I read this once and thought, “such crap!” You always try harder – there is no giving up. Giving up is what losers do, not those who are in control of their life.  You never walk away, and you never give in. Period….and yes… that mentality has come back to bite me in the hind end more than once.  One divorce. A couple of career changes. Friends. My weight. My health. It wasn’t until I really understood faith and acceptance that I understood that “letting go” and “walking away” can be act of courage and is not always “the easy way” out.

For the past year, I have served as a leader for the sisters in my church. The position is one that takes a lot of time, requires you to do many things on your own, and also humbles you to your core.  It is emotionally one of the most difficult church assignments I have ever experienced. In my church, The Church of Jesus Christ of Latter-day Saints, the Relief Society (or women’s organization) President is relied upon by the entire congregation, or “ward”, as they are known. The mantle you carry is heavy and the cumbersome. I carried this mantle while working 40 hours a week and attending university ¾ time. I am also a wife and mother, daughter and sister.

During this time, I was diagnosed with advanced Hashimoto’s Disease. Basically, my body has killed my thyroid – to the point where there is little to no live tissue that shows up on an ultrasound. This has, at times, rendered me incapacitated and unable to fully function after my full week of work and school.  I have felt out of control of my body and powerless to make any strides to heal. And then one day, I watched a video about the Widow’s Mites and realized, we are only asked to give what we can. I had given all I had to give… and it was enough.

“Of a truth I say unto you, that this poor widow hath cast in more than they all: for all these have of their abundance cast in unto the offerings of God: but she of her penury hath cast in all the living that she had.”

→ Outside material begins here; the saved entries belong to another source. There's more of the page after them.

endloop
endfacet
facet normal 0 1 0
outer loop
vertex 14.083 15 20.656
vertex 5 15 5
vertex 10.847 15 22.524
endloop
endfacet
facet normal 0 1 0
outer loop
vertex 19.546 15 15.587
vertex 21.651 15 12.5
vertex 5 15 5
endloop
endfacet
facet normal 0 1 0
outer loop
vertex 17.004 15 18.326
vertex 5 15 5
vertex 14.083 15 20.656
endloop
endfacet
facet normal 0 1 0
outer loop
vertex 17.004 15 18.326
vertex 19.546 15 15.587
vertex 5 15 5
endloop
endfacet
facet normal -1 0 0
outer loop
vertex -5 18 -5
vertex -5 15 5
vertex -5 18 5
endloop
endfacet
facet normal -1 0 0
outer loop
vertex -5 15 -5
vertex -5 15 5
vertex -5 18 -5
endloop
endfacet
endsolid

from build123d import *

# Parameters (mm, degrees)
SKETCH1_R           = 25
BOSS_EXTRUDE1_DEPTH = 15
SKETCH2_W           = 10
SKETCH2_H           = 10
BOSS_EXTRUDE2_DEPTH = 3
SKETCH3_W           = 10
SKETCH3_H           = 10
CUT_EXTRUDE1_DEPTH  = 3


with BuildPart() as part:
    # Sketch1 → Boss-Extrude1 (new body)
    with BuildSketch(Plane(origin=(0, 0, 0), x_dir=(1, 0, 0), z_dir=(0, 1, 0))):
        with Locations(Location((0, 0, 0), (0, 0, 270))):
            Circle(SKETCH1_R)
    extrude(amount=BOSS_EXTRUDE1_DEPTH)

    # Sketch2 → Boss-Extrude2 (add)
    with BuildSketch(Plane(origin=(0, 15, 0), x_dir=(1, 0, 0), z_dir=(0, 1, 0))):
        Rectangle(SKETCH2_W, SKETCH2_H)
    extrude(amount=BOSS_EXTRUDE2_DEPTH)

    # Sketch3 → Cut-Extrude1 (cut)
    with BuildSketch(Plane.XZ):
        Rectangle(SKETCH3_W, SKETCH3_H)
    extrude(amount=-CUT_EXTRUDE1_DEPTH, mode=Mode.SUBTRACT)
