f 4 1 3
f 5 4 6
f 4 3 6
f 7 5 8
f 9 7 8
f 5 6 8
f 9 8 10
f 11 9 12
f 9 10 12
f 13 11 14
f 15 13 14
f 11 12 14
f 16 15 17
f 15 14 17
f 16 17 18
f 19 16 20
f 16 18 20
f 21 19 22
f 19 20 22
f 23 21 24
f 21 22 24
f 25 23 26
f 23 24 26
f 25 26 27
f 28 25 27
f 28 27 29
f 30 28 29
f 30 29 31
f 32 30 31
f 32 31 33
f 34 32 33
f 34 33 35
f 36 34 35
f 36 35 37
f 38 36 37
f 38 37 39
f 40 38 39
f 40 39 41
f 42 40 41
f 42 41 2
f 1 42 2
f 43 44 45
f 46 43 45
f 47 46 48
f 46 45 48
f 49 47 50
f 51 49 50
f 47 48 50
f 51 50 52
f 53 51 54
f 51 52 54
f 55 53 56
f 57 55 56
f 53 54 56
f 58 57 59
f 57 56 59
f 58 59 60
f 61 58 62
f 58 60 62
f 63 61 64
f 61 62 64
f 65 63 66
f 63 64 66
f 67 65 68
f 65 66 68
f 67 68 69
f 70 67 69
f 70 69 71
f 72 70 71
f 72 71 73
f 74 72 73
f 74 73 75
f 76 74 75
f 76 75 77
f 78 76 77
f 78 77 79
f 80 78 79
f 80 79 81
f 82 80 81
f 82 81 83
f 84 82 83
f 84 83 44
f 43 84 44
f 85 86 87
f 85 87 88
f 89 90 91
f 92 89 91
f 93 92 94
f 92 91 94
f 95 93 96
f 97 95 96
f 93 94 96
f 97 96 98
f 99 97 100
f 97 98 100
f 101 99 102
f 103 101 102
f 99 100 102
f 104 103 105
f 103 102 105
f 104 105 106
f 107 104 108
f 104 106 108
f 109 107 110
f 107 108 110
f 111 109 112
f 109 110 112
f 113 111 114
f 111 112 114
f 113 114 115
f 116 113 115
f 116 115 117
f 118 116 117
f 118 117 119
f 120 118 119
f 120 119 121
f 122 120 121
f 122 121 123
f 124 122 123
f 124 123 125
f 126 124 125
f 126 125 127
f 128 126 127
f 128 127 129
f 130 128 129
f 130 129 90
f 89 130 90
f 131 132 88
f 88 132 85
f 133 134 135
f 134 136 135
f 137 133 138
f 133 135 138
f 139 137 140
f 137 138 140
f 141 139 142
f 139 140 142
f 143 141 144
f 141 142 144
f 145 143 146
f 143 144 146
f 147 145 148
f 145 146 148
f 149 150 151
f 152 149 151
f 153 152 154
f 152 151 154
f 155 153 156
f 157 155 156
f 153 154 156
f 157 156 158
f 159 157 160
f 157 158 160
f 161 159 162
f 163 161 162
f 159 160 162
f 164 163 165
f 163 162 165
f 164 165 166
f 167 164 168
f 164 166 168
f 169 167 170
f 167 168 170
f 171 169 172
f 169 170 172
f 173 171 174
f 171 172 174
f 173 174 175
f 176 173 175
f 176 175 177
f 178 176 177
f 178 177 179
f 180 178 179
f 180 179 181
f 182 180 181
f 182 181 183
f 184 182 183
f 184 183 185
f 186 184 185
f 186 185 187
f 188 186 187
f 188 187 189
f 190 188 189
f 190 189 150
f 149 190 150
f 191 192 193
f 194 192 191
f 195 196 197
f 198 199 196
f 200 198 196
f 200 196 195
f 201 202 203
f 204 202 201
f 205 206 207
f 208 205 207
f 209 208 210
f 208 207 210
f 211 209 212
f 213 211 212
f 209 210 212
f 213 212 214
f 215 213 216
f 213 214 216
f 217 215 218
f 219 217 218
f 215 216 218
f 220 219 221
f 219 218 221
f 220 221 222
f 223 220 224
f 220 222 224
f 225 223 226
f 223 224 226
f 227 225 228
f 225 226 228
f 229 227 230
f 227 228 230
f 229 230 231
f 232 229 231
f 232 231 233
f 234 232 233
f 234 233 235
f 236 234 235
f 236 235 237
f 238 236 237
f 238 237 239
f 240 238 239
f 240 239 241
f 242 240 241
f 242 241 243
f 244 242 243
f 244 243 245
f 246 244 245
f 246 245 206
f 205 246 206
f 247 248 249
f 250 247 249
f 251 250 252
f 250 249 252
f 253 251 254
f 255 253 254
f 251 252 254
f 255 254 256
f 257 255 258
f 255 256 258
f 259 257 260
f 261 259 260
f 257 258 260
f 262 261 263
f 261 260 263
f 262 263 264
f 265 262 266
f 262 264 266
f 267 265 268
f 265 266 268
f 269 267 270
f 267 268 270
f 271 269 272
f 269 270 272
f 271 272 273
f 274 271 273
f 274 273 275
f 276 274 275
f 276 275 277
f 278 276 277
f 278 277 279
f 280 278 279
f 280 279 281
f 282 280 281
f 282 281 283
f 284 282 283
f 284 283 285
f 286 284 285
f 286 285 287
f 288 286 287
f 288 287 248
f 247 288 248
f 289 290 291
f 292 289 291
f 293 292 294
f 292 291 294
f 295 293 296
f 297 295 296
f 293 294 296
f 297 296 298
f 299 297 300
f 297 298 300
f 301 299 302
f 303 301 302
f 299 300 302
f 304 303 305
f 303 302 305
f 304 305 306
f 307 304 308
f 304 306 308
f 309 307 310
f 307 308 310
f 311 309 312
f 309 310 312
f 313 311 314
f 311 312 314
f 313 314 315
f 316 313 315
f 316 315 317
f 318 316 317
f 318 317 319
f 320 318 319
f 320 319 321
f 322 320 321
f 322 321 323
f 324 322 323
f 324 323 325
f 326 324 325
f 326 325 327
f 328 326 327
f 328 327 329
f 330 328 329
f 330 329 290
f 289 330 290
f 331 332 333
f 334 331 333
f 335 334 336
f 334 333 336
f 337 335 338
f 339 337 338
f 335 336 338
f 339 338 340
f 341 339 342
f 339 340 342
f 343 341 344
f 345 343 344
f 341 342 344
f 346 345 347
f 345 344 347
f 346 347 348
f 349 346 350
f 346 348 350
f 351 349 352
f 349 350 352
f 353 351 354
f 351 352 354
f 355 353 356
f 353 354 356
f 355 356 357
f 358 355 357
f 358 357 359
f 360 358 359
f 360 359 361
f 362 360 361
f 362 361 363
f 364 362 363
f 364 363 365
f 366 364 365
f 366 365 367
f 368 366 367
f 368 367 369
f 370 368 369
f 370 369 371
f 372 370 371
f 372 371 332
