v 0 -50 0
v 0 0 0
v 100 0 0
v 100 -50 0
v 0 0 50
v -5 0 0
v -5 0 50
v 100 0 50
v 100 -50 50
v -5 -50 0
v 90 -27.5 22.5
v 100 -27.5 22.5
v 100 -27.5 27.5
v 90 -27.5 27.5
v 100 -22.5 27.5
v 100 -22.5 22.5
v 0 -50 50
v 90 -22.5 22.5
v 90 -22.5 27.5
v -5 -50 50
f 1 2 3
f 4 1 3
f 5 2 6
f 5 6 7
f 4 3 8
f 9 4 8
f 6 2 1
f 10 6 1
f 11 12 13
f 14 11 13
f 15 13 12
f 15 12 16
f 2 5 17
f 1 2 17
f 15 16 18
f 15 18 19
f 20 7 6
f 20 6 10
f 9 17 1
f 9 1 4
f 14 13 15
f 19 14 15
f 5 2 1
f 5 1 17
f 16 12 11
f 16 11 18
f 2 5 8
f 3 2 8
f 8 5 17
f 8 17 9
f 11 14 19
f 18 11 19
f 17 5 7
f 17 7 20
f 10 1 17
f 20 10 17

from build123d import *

# Parameters (mm, degrees)
F0_W      = 100
F0_H      = 50
F1_DEPTH  = 50
F1_FACE_W = 50
F1_FACE_H = 50
F3_DEPTH  = 5
F4_W      = 5
F4_H      = 5
F5_DEPTH  = 10


with BuildPart() as f1:
    # F0 (on Front) → F1 (new body)
    with BuildSketch(Plane.XZ):
        with Locations((50, 25)):
            Rectangle(F0_W, F0_H)
    extrude(amount=F1_DEPTH)


with BuildPart() as f3:
    # F1_face (on face) → F3 (new body)
    with BuildSketch(Plane(origin=(0, -25, 25), x_dir=(0, -1, 0), z_dir=(-1, 0, 0))):
        Rectangle(F1_FACE_W, F1_FACE_H)
    extrude(amount=F3_DEPTH)


with BuildPart() as f5:
    # F4 (on face) → F5 (new body)
    with BuildSketch(Plane.YZ.offset(100)):
        with Locations((-25, 25)):
            Rectangle(F4_W, F4_H)
    extrude(amount=-F5_DEPTH)


solid = Compound([f1.part, f3.part, f5.part])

Although poultry, what I had to give was all that I had. I did not have the luxury of being home during the day to accomplish tasks needed with my calling. Those tasks happened in the evening, after an 8-hour day and in between homework and making dinner. Coupling these long days with reoccurring flair-ups, I was often unable to speak well due to inflammation in my throat or stand for long periods of time.  I had severe brain fog, and severe pain in my joints and muscles. As difficult as these things were for me, my illness seemed to really bother others.  They didn’t understand that I was chronically ill because I “looked just fine”. They didn’t understand (or possibly care) when I was unable to simply sit during church for any length of time because my heart would skip and pound if I did anything other than lay down. Isn’t it funny how we are so quick to judge?  I know I am and I judged myself harshly.  I must not have strong enough faith. I must need to learn a lesson. I must …blah blah blah. This is a place where sickness grows and joy does not dwell. It is dark and lonely.

I found joy when I came to the realization that I had given all that I had to give. Was it perfectly given, absolutely not. Was it equal to what others have given or could give? Not at all. I chose to let go of trying to meet other’s expectations of me. I chose to focus on my health and put myself first so I could heal and then be available to help others. I chose joy over some strange human need to feel accomplished and included.  I chose joy when I decided to turn the page and start on the next chapter. I chose joy by actively putting my wellness in a place of priority.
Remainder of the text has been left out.